15 Octobre : Histoire d’une victoire sanglante mais décisive
Aujourd’hui, la Tunisie célèbre avec fierté le 62e anniversaire de la Fête de l’Évacuation. Cette date historique, le 15 octobre 1963, marque le départ définitif des dernières troupes françaises du port de Bizerte, venant clore un douloureux chapitre post-colonial et sceller la souveraineté nationale.
Retour sur une crise fondatrice
L’histoire de cette libération plonge ses racines dans les tensions de l’été 1961. Près de cinq ans après l’indépendance du pays, acquise le 20 mars 1956, la base militaire française de Sidi Ahmed à Bizerte demeurait une enclave étrangère sur le sol tunisien. La pression montait.
Le 19 juillet 1961, face au mouvement de troupes tunisiennes et de citoyens convergeant vers la base, Paris opta pour la fermeté. Sous le commandement du général de Gaulle, l’ordre était de « frapper vite et fort ». Le rapport de force, à première vue, était disproportionné.
D’un côté, une jeune armée tunisienne, composée de bataillons d’infanterie, de quelques pièces d’artillerie et soutenue par des milliers de volontaires, souvent faiblement armés. De l’autre, une force militaire française aguerrie : près de 7 700 hommes, appuyés par une trentaine d’avions de combat, une défense aérienne et navale, et des renforts de parachutistes venus d’Algérie.
L’étincelle et l’escalade
Le point de non-retour fut atteint le 19 juillet, lorsque Tunis ordonna d’abattre tout avion violant son espace aérien. Des tirs sur des appareils de reconnaissance français déclenchèrent des représailles immédiates : un bombardement intensif s’abattit sur les positions tunisiennes. Les canons tunisiens ripostèrent en visant les installations de Sidi Ahmed et Kharrouba. Des affrontements éclatèrent au port et à Ferryville (actuelle Menzel Bourguiba).
Le 20 juillet, les hostilités s’intensifièrent. Les Français lancèrent l’opération « Charrue longue ». Des centaines de volontaires tunisiens furent pilonnés. La bataille fit rage, notamment à la gare de Sidi Ahmed et dans la cimetière, où les soldats tunisiens opposèrent une résistance décrite comme héroïque. Le bilan humain fut lourd, coûtant la vie à des centaines de Tunisiens, militaires et civils. En réaction, la Tunisie rompit ses relations diplomatiques avec la France.
La bataille urbaine et la « ville martyre »
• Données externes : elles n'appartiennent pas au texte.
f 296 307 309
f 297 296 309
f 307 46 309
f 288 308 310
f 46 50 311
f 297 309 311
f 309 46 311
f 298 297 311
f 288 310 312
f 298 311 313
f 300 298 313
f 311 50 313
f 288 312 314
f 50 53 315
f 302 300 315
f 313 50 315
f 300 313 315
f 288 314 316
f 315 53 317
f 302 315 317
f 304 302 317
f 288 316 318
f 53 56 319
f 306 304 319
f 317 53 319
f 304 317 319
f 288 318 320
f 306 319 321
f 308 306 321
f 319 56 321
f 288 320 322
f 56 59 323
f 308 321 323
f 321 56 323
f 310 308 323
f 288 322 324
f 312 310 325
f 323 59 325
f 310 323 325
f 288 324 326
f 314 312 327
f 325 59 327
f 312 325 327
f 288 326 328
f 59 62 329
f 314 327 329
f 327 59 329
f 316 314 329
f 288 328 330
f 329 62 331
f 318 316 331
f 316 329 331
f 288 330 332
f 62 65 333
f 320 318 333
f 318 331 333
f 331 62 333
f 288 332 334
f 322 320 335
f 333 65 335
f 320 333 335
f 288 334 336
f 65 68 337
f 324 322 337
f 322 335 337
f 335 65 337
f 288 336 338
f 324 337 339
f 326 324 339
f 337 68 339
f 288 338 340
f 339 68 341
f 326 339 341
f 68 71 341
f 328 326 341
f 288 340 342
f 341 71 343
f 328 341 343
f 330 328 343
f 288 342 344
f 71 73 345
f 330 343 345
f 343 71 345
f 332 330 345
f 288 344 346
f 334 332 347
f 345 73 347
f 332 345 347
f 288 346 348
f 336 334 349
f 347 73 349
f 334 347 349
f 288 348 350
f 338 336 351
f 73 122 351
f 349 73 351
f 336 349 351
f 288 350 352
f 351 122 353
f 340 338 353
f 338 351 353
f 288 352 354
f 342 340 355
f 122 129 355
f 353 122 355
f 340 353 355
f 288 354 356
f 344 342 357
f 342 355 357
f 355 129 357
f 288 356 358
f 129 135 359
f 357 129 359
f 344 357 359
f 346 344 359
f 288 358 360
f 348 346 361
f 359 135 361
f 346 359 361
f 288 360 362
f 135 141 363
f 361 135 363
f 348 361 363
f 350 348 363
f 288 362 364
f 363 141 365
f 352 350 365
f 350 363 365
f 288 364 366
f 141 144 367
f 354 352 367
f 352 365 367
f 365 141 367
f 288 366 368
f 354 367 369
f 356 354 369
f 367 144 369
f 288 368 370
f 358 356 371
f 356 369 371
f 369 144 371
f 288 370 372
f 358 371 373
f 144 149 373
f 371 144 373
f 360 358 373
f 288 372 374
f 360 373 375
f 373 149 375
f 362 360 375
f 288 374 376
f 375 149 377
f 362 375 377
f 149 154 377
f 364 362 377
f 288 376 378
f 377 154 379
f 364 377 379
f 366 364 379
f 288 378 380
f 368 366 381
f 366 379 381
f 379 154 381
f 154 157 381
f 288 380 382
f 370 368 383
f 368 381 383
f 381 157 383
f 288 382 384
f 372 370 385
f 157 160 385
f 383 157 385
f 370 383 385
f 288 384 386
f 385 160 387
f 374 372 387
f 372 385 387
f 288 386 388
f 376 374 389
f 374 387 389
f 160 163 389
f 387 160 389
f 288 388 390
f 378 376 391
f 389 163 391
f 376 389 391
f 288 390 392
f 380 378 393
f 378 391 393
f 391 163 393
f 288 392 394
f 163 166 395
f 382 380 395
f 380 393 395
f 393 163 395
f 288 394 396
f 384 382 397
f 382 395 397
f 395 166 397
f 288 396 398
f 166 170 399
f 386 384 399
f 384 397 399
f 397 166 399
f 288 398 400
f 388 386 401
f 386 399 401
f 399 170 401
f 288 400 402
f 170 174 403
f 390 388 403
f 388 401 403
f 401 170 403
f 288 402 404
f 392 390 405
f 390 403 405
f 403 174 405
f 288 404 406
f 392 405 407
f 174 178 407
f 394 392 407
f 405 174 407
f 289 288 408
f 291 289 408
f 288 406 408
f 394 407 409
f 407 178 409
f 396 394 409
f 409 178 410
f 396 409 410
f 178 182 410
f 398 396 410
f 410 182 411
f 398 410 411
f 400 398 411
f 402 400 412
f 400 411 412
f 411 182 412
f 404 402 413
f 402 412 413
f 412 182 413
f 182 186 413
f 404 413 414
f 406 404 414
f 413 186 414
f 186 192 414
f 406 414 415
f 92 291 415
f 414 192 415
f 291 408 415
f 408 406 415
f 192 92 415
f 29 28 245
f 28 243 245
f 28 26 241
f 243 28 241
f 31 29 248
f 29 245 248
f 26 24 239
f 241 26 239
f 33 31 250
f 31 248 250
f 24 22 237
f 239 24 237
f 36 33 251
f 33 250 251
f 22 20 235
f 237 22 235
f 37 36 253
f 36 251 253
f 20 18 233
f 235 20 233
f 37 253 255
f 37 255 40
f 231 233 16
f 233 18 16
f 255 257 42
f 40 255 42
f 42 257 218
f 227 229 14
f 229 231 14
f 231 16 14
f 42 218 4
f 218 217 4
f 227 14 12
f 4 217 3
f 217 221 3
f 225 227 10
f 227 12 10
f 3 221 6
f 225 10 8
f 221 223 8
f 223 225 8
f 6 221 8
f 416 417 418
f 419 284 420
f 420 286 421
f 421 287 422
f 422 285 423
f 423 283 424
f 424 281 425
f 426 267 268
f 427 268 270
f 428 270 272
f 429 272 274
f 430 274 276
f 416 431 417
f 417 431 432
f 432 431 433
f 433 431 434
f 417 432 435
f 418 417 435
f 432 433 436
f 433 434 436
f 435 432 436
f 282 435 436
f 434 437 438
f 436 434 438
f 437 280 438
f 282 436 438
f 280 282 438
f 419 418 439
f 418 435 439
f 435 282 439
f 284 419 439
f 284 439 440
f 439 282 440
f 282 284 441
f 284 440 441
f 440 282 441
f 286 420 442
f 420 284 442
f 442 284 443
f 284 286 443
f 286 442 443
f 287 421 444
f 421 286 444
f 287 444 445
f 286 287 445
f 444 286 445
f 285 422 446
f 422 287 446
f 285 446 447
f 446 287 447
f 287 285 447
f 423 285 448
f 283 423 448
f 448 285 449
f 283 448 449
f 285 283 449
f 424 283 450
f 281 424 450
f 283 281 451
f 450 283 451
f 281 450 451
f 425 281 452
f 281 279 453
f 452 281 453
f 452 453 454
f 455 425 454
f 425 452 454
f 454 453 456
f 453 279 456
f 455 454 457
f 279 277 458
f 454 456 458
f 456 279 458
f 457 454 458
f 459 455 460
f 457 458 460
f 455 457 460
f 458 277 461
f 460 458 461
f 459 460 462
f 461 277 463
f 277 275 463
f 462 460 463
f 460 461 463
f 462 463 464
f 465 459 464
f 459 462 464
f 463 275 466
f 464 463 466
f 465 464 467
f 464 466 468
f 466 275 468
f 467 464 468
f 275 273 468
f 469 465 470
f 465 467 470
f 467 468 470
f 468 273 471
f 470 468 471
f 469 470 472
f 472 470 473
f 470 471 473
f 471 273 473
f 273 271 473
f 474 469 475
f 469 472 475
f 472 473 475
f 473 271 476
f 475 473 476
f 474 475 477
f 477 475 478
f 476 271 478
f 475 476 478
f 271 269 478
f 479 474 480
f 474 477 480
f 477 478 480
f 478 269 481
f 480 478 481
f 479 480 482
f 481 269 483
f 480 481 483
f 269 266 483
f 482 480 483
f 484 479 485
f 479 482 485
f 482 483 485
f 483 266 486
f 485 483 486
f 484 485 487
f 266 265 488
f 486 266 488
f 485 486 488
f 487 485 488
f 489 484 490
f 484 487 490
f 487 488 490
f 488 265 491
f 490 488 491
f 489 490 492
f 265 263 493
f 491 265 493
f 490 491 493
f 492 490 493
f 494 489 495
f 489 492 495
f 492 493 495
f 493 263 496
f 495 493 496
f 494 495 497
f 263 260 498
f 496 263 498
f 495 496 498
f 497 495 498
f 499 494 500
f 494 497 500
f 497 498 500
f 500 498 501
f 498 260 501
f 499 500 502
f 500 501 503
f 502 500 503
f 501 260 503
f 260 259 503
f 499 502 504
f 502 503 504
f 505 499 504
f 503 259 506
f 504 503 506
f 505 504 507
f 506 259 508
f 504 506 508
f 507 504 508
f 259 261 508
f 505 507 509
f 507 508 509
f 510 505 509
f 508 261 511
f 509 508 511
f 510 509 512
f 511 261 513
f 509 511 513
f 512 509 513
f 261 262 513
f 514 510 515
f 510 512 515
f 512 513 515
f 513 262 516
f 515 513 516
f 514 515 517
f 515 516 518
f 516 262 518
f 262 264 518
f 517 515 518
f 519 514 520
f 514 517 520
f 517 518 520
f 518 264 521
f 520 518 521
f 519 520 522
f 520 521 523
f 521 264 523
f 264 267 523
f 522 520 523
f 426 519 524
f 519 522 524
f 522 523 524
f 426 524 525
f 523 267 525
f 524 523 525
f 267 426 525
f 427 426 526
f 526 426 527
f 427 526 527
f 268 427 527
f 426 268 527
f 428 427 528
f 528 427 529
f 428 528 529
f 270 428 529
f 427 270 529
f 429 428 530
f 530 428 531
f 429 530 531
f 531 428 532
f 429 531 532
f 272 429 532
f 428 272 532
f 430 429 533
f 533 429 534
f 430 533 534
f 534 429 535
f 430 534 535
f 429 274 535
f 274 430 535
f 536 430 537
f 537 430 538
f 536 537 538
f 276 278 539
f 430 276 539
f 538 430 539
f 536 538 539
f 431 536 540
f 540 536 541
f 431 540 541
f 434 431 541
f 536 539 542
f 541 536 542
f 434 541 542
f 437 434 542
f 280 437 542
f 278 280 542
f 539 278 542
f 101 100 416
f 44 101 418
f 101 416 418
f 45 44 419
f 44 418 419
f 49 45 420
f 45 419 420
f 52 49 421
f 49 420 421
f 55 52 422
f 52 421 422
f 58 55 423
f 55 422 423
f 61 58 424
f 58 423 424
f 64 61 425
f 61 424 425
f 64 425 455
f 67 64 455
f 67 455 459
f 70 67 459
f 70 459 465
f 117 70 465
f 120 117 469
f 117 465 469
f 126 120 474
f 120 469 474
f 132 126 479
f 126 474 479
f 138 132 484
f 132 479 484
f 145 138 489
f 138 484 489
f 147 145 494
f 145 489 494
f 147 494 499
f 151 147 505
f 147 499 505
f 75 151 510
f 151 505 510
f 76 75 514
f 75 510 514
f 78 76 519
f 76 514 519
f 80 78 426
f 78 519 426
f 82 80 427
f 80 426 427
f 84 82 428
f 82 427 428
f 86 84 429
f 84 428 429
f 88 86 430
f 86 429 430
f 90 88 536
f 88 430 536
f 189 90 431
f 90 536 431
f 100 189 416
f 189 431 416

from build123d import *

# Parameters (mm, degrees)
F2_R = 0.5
Le 21 juillet, les troupes françaises, fortes de 3 600 hommes, donnèrent l’assaut sur Bizerte. Les parachutistes prirent le canal, tandis que les Tunisiens se retranchaient dans la médina pour livrer une intense guérilla urbaine. Des témoignages d’époque font état d’une violence extrême des parachutistes français contre une population largement désarmée. Au petit matin, les rues de Bizerte étaient jonchées de cadavres, transformant la cité en « ville martyre ».
Malgré l’écrasante supériorité militaire française, la résistance tunisienne, accrochée aux murs de la médina, surprit l’adversaire par sa ténacité. Les estimations des pertes, bien qu’imparfaites, parlent d’elles-mêmes : environ 639 morts et 1 000 blessés côté tunisien, contre 27 côté français.
La voie diplomatique et la victoire
Devant l’ampleur de la crise, le Conseil de sécurité de l’ONU ordonna un cessez-le-feu le 23 juillet, peu respecté par les forces françaises. La Tunisie, soutenue par les pays afro-asiatiques, porta son combat sur la scène internationale et obtint gain de cause à l’ONU le 26 août 1961.
Fort de ce soutien et de l’union sacrée autour du leader Habib Bourguiba, le gouvernement tunisien refusa tout dialogue bilatéral tant que la question de Bizerte ne serait pas réglée. Après des négociations à Rome et Paris, la France finit par accepter le principe de l’évacuation.
Le 15 octobre 1963, l’amiral Vivier quitta la rade de Bizerte, escorté par les patrouilleurs tunisiens « Destour » et « Jamhouriya ». La fête éclata, célébrant la victoire d’un peuple et le départ du dernier symbole du colonialisme. Soixante-deux ans plus tard, Bizerte et toute la Tunisie se souviennent de ce jour où la souveraineté nationale devint entière et indivisible.